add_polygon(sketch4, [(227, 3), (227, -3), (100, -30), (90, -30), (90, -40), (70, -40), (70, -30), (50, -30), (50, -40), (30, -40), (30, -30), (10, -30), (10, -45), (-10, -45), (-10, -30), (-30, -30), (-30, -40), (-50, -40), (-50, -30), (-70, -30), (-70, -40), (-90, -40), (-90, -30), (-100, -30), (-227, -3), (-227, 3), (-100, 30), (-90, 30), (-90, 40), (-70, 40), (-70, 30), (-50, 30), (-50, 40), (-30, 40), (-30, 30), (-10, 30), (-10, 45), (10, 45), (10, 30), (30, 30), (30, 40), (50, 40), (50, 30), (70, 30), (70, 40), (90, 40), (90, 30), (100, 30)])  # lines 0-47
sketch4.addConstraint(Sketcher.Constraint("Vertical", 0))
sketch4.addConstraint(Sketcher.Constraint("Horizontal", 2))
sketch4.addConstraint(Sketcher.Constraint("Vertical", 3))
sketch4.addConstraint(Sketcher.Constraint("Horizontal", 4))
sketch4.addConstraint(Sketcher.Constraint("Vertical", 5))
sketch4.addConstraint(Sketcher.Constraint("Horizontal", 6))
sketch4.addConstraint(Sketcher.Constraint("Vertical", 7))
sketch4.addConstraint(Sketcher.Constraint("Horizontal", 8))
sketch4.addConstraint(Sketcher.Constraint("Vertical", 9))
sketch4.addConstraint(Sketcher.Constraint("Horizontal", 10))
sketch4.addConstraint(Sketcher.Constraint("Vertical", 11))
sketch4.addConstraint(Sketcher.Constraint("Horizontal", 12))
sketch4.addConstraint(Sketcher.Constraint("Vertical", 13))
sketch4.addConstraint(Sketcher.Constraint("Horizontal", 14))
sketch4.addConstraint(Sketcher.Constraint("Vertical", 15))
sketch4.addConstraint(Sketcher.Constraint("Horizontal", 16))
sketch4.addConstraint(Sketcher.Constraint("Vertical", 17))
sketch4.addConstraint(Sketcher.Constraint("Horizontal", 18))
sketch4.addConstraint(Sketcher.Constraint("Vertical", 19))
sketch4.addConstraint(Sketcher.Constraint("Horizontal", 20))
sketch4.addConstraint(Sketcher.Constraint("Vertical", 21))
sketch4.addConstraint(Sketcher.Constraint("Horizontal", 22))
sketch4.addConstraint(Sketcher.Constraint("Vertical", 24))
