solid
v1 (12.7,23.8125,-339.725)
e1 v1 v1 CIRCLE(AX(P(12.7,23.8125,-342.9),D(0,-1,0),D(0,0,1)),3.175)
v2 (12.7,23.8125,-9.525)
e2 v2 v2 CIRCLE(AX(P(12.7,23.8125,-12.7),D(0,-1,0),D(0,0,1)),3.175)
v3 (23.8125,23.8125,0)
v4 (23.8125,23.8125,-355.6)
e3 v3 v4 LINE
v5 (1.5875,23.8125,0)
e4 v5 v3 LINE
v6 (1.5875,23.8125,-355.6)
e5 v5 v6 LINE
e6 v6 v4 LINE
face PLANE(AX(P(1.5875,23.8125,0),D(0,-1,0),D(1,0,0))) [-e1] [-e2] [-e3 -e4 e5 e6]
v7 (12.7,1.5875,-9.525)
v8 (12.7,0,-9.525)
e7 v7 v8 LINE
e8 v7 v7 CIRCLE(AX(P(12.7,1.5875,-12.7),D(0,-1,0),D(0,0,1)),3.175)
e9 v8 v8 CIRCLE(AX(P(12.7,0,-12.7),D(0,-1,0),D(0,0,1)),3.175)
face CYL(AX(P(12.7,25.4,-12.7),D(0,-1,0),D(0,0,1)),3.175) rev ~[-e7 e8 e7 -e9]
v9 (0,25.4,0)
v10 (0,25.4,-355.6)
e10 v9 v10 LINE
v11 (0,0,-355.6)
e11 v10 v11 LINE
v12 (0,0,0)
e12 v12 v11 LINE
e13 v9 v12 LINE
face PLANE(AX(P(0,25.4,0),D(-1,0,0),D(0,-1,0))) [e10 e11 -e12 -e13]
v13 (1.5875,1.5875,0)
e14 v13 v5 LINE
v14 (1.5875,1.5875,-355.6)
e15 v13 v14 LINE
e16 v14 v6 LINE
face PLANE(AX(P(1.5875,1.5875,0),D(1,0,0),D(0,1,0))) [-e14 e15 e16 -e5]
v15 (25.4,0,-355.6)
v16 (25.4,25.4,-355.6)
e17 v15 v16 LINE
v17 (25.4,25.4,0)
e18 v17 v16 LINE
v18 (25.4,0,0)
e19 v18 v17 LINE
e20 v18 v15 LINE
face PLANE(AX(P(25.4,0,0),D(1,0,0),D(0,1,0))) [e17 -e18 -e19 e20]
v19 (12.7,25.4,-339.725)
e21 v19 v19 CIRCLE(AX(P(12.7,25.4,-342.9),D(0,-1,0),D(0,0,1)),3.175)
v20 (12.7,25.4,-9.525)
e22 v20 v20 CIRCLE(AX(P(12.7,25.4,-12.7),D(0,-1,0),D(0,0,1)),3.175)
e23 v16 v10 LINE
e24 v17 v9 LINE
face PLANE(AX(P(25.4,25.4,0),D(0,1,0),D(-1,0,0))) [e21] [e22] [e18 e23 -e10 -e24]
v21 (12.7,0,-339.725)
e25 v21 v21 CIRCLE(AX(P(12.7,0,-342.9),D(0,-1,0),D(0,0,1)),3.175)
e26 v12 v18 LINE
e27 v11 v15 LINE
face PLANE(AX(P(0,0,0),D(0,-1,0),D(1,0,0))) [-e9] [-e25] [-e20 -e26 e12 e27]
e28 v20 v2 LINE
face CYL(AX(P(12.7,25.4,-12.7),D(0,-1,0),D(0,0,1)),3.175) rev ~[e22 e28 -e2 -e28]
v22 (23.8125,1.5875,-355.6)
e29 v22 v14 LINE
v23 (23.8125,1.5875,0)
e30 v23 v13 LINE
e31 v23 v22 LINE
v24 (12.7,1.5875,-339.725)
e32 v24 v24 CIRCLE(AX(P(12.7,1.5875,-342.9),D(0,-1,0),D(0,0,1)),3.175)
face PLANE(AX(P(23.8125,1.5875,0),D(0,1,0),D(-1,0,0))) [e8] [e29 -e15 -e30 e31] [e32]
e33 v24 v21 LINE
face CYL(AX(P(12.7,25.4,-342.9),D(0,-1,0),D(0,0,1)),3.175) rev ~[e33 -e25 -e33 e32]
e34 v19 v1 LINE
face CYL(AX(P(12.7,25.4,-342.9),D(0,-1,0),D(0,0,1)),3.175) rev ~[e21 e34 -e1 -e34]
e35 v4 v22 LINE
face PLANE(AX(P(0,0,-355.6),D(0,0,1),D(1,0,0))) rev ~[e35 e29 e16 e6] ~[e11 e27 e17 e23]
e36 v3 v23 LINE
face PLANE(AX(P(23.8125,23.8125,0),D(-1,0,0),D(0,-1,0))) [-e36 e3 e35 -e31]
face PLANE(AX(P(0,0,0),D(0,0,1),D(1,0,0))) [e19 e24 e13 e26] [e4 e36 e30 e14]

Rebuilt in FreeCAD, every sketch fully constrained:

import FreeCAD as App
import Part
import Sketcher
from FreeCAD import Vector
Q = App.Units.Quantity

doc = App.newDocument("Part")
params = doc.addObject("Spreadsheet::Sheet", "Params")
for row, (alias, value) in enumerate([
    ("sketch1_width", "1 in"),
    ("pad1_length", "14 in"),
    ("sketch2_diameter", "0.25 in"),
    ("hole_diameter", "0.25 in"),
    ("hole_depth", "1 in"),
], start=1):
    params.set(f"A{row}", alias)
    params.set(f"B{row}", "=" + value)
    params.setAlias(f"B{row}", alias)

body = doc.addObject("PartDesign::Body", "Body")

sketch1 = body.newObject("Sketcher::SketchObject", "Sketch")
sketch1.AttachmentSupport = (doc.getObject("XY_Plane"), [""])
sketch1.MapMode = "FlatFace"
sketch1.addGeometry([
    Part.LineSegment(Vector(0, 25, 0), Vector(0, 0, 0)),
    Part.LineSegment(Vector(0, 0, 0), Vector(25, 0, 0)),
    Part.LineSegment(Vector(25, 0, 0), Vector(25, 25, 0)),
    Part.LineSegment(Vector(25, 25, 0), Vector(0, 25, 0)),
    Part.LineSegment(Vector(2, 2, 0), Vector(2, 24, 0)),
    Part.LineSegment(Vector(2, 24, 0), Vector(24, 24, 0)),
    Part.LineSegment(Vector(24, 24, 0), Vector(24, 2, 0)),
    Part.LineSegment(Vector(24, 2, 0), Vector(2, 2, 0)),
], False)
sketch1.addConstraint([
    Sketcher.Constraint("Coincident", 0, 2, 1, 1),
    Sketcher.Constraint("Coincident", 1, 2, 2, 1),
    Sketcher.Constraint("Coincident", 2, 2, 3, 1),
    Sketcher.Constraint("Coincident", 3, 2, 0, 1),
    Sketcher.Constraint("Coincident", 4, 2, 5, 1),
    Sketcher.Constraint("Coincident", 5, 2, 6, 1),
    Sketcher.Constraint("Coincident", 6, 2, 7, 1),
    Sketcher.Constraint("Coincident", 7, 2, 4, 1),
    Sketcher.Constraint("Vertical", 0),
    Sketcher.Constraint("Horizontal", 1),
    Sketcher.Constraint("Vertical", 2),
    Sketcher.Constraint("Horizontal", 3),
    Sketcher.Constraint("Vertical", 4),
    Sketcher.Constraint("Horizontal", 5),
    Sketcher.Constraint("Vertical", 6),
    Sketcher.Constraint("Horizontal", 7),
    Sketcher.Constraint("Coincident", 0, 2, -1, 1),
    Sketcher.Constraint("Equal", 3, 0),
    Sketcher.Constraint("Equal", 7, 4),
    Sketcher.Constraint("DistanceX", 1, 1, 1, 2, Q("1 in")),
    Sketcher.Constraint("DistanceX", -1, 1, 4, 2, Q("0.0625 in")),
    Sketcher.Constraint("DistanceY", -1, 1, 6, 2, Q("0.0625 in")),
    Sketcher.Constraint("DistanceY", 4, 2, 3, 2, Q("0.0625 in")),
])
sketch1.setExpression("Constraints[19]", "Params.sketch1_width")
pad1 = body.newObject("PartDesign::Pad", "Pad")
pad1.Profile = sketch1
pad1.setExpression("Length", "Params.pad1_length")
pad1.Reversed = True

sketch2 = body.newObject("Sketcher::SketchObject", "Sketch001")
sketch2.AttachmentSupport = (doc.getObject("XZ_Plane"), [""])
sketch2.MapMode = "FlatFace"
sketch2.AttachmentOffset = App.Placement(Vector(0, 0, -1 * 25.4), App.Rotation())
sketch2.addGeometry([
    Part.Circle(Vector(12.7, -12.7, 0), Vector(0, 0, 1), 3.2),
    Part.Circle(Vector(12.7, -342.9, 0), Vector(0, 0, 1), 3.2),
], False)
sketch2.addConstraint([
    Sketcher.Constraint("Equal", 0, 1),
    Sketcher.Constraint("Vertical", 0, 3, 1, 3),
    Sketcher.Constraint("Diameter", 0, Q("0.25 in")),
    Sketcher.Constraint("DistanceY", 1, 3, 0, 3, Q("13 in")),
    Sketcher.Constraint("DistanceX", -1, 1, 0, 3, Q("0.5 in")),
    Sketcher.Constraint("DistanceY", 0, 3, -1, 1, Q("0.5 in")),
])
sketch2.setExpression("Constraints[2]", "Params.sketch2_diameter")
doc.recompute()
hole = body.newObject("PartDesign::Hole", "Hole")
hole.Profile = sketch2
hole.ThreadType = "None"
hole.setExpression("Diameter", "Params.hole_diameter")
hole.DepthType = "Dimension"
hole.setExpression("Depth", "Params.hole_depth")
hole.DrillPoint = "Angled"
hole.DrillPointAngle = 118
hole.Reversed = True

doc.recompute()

========

→ Work order
All lines in the listing above from the line containing "e30 v23 v13 LINE" to the line containing "Rebuilt in FreeCAD, every", inclusive, should be retyped exactly; no other lines should appear.

→ Written solution
e30 v23 v13 LINE
e31 v23 v22 LINE
v24 (12.7,1.5875,-339.725)
e32 v24 v24 CIRCLE(AX(P(12.7,1.5875,-342.9),D(0,-1,0),D(0,0,1)),3.175)
face PLANE(AX(P(23.8125,1.5875,0),D(0,1,0),D(-1,0,0))) [e8] [e29 -e15 -e30 e31] [e32]
e33 v24 v21 LINE
face CYL(AX(P(12.7,25.4,-342.9),D(0,-1,0),D(0,0,1)),3.175) rev ~[e33 -e25 -e33 e32]
e34 v19 v1 LINE
face CYL(AX(P(12.7,25.4,-342.9),D(0,-1,0),D(0,0,1)),3.175) rev ~[e21 e34 -e1 -e34]
e35 v4 v22 LINE
face PLANE(AX(P(0,0,-355.6),D(0,0,1),D(1,0,0))) rev ~[e35 e29 e16 e6] ~[e11 e27 e17 e23]
e36 v3 v23 LINE
face PLANE(AX(P(23.8125,23.8125,0),D(-1,0,0),D(0,-1,0))) [-e36 e3 e35 -e31]
face PLANE(AX(P(0,0,0),D(0,0,1),D(1,0,0))) [e19 e24 e13 e26] [e4 e36 e30 e14]

Rebuilt in FreeCAD, every sketch fully constrained:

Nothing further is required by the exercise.